▶ _DESCRIPTION OF THE TASK_:
Below is a listing. Write out exactly its lines between the one holding "v 40 -12.134 2000" and the one holding "v -41.348 -6.133 2000", inclusive.

▶ _PROVIDED RECORDS_:
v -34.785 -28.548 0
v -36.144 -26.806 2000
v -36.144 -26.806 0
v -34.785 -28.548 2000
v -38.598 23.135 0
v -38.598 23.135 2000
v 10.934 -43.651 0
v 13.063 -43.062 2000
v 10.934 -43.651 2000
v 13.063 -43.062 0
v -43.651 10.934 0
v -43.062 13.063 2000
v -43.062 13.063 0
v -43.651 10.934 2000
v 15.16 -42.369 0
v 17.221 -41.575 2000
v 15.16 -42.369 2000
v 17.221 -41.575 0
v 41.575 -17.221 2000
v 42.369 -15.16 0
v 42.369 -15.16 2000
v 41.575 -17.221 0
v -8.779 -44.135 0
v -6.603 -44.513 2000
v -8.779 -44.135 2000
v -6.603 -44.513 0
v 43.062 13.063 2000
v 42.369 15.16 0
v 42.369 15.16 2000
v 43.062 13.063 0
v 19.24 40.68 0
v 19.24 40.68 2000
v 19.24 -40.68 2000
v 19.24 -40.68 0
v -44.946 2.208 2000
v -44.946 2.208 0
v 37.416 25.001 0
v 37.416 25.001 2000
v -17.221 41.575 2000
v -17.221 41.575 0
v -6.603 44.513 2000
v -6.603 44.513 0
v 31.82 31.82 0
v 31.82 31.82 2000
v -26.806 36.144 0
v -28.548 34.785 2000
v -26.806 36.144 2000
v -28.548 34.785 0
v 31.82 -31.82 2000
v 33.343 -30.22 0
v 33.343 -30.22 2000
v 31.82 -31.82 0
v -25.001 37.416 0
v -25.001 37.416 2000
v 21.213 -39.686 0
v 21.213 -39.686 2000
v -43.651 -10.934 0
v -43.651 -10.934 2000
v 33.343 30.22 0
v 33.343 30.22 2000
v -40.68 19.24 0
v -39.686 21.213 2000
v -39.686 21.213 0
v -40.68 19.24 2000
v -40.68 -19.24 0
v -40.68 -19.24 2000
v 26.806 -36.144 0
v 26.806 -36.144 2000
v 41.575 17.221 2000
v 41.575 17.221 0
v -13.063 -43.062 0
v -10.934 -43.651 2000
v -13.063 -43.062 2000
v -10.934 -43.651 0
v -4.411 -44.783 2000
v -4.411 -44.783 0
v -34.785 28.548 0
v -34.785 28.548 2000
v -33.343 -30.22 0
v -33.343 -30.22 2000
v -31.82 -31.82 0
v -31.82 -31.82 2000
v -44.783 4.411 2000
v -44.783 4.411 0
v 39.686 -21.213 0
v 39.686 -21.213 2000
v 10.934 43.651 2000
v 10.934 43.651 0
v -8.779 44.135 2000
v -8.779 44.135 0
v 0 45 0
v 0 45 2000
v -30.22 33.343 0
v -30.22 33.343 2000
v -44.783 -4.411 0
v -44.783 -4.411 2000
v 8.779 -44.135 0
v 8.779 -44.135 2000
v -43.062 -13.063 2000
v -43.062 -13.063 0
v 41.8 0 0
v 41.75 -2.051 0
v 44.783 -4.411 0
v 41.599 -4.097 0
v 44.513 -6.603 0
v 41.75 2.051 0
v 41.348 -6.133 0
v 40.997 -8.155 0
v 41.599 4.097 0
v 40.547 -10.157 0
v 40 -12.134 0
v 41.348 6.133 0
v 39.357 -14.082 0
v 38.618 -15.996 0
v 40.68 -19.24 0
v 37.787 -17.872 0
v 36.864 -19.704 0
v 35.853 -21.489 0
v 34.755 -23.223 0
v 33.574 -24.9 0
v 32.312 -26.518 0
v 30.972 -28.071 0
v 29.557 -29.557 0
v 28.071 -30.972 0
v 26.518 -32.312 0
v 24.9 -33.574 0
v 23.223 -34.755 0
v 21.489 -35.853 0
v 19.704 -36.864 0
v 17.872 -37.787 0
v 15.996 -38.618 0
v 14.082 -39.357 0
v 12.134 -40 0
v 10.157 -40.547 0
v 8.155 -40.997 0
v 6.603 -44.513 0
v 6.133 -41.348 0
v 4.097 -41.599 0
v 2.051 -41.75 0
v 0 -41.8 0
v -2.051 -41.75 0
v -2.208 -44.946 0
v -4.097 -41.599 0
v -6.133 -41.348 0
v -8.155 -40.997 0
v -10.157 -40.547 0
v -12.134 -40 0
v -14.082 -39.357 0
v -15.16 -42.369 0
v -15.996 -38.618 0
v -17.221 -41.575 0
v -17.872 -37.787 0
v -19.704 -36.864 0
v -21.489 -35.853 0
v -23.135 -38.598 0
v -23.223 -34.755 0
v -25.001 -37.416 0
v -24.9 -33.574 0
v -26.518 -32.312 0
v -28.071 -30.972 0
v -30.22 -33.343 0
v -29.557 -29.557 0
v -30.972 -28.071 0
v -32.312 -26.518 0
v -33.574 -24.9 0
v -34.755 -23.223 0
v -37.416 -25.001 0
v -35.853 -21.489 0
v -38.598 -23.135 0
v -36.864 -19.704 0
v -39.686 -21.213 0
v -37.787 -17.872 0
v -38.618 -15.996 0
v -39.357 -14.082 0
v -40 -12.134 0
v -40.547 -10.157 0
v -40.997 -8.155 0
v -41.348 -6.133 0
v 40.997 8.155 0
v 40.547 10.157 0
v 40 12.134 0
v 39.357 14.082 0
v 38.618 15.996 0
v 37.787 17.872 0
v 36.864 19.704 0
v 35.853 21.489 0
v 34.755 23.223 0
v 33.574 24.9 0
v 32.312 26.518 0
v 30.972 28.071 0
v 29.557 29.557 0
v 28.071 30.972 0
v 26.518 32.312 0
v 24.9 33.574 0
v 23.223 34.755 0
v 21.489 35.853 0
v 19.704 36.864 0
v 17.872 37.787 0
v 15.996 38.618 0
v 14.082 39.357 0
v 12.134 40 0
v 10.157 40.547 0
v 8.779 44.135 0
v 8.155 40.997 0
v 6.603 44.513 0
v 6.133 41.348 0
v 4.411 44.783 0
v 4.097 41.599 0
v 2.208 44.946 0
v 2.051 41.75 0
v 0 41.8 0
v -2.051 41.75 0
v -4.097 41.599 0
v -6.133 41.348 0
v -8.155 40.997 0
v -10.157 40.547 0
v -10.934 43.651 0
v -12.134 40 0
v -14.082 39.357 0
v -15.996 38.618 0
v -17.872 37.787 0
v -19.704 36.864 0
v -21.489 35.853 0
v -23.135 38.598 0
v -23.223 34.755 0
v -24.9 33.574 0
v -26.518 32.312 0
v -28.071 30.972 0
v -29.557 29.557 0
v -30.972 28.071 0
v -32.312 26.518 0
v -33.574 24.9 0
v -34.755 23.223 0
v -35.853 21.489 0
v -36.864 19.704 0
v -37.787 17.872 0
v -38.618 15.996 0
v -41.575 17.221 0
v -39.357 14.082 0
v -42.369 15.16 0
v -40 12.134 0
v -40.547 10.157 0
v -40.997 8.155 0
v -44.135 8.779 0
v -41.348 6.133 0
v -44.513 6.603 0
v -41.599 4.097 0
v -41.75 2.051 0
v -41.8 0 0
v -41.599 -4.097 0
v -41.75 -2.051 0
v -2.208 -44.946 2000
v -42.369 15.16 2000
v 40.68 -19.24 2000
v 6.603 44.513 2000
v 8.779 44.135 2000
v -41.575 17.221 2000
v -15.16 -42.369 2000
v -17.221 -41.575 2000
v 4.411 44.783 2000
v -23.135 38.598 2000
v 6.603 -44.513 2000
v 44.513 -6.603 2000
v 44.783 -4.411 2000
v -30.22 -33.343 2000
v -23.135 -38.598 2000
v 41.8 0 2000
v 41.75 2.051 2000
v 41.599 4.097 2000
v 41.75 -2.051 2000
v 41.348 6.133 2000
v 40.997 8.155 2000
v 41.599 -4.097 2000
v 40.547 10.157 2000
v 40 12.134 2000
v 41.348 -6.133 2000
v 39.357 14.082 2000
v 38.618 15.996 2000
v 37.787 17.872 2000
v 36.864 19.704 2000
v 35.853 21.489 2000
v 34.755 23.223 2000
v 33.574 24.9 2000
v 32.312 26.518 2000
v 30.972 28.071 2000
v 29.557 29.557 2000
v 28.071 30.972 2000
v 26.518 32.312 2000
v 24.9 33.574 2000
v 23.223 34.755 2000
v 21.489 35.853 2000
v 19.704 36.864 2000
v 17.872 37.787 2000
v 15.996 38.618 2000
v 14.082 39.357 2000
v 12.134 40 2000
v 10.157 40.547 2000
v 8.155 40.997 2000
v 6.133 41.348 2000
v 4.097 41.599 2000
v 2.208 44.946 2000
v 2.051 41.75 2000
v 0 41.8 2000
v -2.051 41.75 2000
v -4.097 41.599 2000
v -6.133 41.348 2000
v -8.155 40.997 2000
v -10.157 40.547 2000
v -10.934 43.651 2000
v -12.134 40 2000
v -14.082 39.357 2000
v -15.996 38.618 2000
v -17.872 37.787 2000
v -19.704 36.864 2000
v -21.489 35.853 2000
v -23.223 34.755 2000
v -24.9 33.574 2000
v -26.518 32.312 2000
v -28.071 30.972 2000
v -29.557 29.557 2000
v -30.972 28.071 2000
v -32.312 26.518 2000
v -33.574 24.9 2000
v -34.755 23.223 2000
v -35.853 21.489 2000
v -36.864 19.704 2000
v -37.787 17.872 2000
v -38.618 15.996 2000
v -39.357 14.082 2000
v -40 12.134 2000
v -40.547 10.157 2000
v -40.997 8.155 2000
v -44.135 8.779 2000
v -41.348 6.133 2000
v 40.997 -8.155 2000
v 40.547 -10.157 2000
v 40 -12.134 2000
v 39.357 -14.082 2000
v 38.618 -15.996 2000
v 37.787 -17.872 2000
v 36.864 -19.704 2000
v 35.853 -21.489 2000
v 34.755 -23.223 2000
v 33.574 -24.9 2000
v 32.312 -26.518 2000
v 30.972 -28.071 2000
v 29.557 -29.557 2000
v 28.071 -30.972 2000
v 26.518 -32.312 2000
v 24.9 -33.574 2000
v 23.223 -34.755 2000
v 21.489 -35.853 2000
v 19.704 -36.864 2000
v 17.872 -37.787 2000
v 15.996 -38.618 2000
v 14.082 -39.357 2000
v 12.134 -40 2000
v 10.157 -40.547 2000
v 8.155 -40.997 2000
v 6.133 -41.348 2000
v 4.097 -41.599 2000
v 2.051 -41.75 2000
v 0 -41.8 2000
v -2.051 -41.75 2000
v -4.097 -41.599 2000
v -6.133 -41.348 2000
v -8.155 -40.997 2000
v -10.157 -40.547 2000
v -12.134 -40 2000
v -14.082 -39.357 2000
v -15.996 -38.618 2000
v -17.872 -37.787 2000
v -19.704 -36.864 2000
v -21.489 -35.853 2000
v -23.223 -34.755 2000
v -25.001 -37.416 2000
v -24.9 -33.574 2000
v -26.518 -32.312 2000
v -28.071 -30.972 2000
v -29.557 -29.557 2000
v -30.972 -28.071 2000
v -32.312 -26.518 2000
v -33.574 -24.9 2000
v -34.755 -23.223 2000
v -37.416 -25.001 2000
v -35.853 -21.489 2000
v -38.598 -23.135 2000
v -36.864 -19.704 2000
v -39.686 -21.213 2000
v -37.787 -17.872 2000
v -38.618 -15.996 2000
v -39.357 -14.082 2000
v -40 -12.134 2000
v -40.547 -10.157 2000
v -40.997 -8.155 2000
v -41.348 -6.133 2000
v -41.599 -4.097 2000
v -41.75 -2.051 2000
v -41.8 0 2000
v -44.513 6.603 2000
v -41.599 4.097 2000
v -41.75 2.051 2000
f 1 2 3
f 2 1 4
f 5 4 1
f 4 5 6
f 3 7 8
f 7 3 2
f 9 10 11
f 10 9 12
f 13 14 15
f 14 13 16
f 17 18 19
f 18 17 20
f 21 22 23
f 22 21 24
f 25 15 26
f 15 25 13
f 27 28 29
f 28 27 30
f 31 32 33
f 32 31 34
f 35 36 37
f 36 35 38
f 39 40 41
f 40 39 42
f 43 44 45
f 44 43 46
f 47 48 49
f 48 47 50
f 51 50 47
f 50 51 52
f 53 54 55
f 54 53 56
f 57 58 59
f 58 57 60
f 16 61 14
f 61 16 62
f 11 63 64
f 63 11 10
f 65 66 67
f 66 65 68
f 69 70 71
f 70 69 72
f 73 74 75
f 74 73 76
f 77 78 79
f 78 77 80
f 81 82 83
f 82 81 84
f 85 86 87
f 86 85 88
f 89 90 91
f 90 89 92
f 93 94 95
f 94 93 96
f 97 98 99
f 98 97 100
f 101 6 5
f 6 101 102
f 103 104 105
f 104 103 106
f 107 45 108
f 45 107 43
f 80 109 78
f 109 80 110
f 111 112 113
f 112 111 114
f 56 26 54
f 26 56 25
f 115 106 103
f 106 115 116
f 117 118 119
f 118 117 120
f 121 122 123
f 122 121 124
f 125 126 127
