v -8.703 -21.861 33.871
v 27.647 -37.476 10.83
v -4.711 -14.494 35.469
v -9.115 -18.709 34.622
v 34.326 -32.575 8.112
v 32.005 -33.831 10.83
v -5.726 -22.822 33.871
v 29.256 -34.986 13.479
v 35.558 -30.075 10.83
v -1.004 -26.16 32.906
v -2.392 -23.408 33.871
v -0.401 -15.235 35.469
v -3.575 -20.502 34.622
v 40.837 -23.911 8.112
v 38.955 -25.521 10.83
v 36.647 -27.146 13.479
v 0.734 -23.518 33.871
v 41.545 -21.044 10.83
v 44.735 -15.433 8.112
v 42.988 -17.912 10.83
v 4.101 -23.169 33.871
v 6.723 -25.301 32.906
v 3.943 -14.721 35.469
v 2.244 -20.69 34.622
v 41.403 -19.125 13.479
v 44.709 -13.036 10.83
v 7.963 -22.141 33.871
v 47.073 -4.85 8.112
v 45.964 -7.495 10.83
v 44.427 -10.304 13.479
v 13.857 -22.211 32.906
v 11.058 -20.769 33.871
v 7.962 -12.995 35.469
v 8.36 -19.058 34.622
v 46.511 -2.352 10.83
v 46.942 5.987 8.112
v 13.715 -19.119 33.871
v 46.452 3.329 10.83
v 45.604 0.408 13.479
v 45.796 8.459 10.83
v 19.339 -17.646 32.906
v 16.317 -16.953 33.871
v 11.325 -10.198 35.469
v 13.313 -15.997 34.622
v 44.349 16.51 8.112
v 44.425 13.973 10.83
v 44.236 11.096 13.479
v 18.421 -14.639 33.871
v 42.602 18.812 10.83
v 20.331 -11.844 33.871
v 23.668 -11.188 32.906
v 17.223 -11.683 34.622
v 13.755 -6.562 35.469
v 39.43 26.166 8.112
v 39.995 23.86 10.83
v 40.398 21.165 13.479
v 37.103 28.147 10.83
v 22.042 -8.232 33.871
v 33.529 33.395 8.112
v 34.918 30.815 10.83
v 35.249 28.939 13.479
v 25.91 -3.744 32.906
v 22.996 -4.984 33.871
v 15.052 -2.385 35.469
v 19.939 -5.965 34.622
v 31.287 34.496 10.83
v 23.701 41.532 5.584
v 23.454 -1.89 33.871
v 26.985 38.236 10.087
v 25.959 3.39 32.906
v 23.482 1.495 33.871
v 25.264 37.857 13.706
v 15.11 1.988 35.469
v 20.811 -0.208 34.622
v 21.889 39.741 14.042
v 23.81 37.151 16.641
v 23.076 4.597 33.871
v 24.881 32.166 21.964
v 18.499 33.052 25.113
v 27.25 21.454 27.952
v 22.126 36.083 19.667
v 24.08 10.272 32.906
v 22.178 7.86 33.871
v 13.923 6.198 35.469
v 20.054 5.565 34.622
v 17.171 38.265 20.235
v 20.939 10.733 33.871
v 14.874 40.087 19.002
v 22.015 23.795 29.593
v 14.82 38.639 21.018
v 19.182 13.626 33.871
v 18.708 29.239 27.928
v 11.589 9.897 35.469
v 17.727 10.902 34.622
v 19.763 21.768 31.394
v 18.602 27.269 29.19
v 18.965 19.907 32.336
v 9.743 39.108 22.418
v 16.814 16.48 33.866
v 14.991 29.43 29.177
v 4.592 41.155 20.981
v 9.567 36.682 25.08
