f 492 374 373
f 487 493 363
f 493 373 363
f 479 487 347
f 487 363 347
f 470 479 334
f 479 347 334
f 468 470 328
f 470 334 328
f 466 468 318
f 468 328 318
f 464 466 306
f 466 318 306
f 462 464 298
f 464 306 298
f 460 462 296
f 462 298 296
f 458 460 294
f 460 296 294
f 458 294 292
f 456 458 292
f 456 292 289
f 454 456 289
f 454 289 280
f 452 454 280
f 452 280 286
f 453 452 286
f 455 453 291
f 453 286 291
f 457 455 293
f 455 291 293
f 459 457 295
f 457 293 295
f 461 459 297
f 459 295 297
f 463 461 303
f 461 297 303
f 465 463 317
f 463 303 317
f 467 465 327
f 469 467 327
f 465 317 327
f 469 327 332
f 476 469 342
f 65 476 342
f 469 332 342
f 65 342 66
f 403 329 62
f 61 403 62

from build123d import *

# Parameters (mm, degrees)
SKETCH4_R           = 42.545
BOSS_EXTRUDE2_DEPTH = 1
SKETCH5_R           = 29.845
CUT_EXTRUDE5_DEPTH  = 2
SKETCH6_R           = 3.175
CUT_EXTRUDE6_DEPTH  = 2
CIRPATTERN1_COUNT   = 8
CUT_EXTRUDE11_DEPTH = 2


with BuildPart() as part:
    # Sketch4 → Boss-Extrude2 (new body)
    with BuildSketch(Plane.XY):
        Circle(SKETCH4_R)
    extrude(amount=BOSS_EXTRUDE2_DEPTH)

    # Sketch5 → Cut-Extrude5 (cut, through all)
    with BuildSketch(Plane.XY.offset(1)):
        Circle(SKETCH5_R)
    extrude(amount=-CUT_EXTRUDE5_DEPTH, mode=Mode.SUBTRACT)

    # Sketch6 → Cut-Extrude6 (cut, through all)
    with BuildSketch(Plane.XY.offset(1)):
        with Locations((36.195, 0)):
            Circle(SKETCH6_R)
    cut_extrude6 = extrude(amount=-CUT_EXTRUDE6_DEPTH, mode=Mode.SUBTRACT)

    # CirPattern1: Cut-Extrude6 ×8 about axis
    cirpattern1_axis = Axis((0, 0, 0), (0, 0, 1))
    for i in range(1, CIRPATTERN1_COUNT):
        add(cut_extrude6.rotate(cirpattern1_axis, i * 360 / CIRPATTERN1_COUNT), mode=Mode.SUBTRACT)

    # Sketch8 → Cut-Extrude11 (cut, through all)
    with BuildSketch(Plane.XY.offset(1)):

▶ _FINISHED EXERCISE_:
v 40 -12.134 2000
v 39.357 -14.082 2000
v 38.618 -15.996 2000
v 37.787 -17.872 2000
v 36.864 -19.704 2000
v 35.853 -21.489 2000
v 34.755 -23.223 2000
v 33.574 -24.9 2000
v 32.312 -26.518 2000
v 30.972 -28.071 2000
v 29.557 -29.557 2000
v 28.071 -30.972 2000
v 26.518 -32.312 2000
v 24.9 -33.574 2000
v 23.223 -34.755 2000
v 21.489 -35.853 2000
v 19.704 -36.864 2000
v 17.872 -37.787 2000
v 15.996 -38.618 2000
v 14.082 -39.357 2000
v 12.134 -40 2000
v 10.157 -40.547 2000
v 8.155 -40.997 2000
v 6.133 -41.348 2000
v 4.097 -41.599 2000
v 2.051 -41.75 2000
v 0 -41.8 2000
v -2.051 -41.75 2000
v -4.097 -41.599 2000
v -6.133 -41.348 2000
v -8.155 -40.997 2000
v -10.157 -40.547 2000
v -12.134 -40 2000
v -14.082 -39.357 2000
v -15.996 -38.618 2000
v -17.872 -37.787 2000
v -19.704 -36.864 2000
v -21.489 -35.853 2000
v -23.223 -34.755 2000
v -25.001 -37.416 2000
v -24.9 -33.574 2000
v -26.518 -32.312 2000
v -28.071 -30.972 2000
v -29.557 -29.557 2000
v -30.972 -28.071 2000
v -32.312 -26.518 2000
v -33.574 -24.9 2000
v -34.755 -23.223 2000
v -37.416 -25.001 2000
v -35.853 -21.489 2000
v -38.598 -23.135 2000
v -36.864 -19.704 2000
v -39.686 -21.213 2000
v -37.787 -17.872 2000
v -38.618 -15.996 2000
v -39.357 -14.082 2000
v -40 -12.134 2000
v -40.547 -10.157 2000
v -40.997 -8.155 2000
v -41.348 -6.133 2000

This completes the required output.